Saved data entries:
────────────────

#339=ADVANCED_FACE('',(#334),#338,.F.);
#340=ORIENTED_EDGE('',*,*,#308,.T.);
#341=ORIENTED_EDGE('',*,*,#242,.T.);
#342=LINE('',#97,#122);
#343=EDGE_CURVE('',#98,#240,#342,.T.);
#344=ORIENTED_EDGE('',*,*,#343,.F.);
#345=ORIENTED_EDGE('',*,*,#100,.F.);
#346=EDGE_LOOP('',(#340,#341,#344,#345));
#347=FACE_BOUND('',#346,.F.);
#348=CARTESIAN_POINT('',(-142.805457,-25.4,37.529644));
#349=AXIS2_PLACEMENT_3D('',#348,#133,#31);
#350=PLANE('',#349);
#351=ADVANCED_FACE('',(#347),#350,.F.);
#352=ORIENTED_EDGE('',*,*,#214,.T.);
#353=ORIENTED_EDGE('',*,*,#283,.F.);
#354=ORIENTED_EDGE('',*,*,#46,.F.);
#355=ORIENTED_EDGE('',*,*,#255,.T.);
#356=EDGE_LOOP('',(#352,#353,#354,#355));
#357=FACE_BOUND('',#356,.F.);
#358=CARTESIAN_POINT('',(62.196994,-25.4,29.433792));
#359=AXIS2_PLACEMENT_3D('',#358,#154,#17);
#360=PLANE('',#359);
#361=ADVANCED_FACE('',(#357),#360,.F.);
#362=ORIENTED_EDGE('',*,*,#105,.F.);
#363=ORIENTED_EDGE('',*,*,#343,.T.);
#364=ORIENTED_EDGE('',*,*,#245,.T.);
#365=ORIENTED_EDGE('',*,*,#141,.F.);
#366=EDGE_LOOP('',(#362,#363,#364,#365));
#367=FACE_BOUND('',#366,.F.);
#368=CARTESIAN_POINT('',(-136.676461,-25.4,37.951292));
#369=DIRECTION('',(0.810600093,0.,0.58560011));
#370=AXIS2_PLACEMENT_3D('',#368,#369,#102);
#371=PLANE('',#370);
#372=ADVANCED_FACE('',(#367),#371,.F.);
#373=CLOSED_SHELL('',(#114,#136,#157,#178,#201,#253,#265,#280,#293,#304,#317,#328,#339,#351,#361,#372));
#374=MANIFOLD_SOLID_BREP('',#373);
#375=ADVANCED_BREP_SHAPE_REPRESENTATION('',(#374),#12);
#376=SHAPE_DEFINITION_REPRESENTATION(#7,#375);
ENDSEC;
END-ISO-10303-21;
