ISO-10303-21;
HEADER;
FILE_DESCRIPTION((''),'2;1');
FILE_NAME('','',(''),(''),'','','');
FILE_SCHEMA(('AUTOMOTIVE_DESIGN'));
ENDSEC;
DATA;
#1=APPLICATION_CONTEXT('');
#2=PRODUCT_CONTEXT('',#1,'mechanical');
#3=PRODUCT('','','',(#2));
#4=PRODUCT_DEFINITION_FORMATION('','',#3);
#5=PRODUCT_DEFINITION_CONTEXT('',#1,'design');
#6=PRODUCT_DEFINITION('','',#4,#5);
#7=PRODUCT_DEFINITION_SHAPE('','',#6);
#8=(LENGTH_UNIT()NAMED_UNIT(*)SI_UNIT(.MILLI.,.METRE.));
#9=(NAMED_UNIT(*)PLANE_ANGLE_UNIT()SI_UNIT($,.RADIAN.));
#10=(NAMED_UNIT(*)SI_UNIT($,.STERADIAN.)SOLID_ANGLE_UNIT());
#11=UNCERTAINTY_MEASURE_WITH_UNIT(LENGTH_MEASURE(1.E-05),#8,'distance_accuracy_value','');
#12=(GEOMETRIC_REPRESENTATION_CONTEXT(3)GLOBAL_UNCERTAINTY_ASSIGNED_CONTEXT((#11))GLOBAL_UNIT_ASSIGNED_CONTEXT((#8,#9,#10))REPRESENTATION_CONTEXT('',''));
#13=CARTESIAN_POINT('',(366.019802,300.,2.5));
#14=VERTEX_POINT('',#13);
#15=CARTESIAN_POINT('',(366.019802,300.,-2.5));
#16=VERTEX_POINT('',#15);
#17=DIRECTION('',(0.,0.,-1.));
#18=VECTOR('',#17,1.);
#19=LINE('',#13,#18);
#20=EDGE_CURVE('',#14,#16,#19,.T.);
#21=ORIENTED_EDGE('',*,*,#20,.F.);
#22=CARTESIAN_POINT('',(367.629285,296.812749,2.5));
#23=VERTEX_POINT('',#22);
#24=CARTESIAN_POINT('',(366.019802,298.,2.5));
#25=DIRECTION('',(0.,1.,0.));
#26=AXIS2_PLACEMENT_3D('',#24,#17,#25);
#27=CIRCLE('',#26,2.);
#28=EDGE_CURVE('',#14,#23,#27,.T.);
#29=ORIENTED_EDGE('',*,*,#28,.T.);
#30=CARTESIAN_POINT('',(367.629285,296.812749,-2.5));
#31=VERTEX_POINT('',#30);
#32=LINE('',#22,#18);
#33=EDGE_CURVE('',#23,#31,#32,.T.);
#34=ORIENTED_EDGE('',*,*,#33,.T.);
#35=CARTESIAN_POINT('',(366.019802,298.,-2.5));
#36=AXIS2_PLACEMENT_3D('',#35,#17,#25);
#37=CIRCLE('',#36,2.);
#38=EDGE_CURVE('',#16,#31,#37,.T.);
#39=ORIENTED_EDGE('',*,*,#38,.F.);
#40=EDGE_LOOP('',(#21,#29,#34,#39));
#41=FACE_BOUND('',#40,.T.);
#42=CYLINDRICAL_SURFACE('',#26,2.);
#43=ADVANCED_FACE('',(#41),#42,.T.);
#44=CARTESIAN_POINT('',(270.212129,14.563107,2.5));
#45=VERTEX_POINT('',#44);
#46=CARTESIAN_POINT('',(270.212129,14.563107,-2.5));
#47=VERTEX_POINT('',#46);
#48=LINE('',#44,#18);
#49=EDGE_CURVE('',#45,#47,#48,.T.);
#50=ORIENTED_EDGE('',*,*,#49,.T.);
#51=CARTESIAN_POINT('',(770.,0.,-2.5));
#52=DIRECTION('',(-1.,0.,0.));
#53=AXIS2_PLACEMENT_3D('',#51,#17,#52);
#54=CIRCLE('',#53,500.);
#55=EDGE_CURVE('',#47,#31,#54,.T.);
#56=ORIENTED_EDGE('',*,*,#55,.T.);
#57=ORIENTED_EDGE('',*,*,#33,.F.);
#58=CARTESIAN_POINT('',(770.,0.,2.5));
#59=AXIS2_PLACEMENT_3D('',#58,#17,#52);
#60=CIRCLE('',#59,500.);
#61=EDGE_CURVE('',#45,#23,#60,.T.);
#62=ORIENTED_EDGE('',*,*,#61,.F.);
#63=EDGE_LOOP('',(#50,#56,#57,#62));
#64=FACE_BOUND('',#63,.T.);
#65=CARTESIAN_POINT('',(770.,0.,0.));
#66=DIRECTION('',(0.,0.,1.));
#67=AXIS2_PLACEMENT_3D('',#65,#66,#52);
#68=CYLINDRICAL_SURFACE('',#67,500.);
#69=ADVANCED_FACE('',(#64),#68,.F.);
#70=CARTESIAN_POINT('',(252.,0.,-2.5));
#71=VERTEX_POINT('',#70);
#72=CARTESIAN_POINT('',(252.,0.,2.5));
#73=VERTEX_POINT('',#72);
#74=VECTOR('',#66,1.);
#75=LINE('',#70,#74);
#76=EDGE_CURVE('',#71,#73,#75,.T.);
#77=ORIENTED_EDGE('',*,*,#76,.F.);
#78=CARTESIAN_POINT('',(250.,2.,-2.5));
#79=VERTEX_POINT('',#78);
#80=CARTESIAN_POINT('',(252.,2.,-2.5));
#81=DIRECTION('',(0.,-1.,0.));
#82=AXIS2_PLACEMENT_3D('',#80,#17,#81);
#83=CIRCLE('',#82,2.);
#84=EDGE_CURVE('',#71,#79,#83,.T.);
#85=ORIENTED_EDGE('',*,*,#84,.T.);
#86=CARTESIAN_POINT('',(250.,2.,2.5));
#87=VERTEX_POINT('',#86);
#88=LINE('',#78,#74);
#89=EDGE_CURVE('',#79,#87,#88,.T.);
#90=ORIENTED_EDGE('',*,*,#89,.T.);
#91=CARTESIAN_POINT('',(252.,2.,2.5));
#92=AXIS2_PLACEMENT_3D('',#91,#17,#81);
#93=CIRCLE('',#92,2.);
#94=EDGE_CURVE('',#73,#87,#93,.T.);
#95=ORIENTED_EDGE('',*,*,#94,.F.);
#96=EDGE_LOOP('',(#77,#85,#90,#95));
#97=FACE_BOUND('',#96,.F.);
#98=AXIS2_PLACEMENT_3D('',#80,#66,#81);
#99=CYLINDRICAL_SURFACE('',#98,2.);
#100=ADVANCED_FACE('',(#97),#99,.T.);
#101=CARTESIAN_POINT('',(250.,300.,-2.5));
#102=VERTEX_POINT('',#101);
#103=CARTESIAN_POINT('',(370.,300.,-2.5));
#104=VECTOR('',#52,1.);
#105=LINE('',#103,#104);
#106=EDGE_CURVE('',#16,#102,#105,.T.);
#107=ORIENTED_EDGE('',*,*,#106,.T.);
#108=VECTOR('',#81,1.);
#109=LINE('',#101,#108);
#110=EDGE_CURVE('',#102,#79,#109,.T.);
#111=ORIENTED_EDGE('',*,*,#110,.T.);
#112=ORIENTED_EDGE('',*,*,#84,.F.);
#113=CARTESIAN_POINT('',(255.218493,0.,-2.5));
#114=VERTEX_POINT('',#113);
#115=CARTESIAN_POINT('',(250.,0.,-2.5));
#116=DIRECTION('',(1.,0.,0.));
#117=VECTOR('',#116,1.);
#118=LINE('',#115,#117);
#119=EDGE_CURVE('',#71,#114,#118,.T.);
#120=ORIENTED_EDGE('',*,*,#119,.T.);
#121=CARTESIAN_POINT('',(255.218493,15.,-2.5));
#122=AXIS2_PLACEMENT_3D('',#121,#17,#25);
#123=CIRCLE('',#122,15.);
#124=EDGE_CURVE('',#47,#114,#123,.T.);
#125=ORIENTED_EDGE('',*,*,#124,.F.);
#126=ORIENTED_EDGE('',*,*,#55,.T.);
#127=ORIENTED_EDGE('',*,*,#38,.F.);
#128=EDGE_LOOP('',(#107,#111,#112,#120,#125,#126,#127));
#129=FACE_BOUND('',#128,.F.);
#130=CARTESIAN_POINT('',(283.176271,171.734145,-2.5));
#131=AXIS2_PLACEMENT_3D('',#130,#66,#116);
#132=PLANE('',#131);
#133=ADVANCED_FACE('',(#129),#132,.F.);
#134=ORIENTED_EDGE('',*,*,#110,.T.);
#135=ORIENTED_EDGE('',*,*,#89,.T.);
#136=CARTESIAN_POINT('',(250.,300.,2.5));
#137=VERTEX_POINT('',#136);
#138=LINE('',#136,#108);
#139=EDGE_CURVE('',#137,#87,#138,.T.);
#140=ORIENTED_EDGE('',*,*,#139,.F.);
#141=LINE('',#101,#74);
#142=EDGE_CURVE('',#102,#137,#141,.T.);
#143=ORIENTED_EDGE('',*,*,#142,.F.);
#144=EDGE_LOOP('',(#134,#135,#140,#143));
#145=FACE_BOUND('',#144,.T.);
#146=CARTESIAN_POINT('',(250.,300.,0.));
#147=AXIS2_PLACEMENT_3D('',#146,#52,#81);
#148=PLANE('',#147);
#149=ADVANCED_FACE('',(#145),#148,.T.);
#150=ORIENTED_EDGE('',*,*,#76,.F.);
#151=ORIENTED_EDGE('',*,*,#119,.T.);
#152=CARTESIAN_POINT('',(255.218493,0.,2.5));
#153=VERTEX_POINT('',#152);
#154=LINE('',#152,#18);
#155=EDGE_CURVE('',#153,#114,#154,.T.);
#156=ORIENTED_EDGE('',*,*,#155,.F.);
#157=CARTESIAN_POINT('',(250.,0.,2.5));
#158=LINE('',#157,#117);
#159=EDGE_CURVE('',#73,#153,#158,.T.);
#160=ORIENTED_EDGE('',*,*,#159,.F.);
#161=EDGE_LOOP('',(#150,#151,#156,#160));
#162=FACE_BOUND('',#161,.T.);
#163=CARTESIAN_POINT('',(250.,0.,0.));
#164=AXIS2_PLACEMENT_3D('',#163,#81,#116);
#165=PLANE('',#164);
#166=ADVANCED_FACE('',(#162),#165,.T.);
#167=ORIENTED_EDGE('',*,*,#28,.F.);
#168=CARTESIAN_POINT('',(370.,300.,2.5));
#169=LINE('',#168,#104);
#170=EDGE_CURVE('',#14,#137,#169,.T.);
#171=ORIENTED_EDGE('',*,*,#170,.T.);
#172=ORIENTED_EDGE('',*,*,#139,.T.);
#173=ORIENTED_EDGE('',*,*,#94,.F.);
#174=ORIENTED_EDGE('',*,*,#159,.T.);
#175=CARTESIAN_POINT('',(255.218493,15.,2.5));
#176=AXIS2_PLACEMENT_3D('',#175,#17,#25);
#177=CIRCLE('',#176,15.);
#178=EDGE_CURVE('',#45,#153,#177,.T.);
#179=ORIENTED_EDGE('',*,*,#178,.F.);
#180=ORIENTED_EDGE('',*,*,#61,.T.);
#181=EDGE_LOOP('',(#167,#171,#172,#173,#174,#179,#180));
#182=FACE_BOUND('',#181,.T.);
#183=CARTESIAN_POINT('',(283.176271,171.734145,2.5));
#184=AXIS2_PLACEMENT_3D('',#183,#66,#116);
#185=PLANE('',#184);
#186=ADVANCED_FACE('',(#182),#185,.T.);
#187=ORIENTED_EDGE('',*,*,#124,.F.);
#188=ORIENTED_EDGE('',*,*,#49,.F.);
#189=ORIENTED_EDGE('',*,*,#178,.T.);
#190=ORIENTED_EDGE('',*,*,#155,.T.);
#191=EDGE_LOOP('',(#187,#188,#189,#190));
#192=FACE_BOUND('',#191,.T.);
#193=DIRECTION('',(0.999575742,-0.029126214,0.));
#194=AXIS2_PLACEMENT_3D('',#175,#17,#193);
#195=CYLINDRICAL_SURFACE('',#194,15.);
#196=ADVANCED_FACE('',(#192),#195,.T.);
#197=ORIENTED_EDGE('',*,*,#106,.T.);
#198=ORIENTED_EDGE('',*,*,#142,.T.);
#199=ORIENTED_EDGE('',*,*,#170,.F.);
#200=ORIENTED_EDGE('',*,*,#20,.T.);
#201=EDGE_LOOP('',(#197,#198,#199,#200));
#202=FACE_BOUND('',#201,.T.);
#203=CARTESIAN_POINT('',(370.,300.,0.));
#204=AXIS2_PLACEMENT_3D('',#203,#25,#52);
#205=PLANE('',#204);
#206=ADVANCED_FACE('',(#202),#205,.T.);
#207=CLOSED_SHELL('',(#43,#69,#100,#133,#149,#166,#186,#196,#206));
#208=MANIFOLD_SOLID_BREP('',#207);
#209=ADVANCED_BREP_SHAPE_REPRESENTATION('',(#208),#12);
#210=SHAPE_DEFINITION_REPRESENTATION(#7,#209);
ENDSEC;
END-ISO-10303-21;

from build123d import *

# Parameters (mm, degrees)
F0_R     = 19.626039
F1_DEPTH = 2.5
F2_R     = 2
F3_R     = 15


with BuildPart() as f1:
    # F0 (on Top) → F1 (new body, symmetric)
    with BuildSketch(Plane.XY):
        with BuildLine():
            Line((370, 300), (250, 300))
            Line((250, 300), (250, 0))
            Line((250, 0), (270, 0))
            ThreePointArc((270, 0), (295.658351, 158.113883), (370, 300))
        make_face()
        with Locations((294.626039, 255.373961)):
            Circle(F0_R, mode=Mode.SUBTRACT)
        with Locations((294.626039, 255.373961)):
            Circle(F0_R)
    extrude(amount=F1_DEPTH, both=True)

    # F2
    f2_edges = [f1.edges().sort_by_distance(p)[0] for p in [
        (250, 0, 0),
        (370, 300, 0),
    ]]
    fillet(f2_edges, radius=F2_R)

    # F3
    f3_edges = [f1.edges().sort_by_distance(p)[0] for p in [
        (270, 0, 0),
    ]]
    fillet(f3_edges, radius=F3_R)


solid = f1.part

────────────────

THE PROBLEM: Look through the data above and return exactly the lines from the one that contains "#122=AXIS2_PLACEMENT_3D('',#121,#17,#25);" to the one that contains "#128=EDGE_LOOP('',(#107,#111,#112,#120,#125,#126,#127));", inclusive, with nothing else.

RESPONSE TO THE TASK:
#122=AXIS2_PLACEMENT_3D('',#121,#17,#25);
#123=CIRCLE('',#122,15.);
#124=EDGE_CURVE('',#47,#114,#123,.T.);
#125=ORIENTED_EDGE('',*,*,#124,.F.);
#126=ORIENTED_EDGE('',*,*,#55,.T.);
#127=ORIENTED_EDGE('',*,*,#38,.F.);
#128=EDGE_LOOP('',(#107,#111,#112,#120,#125,#126,#127));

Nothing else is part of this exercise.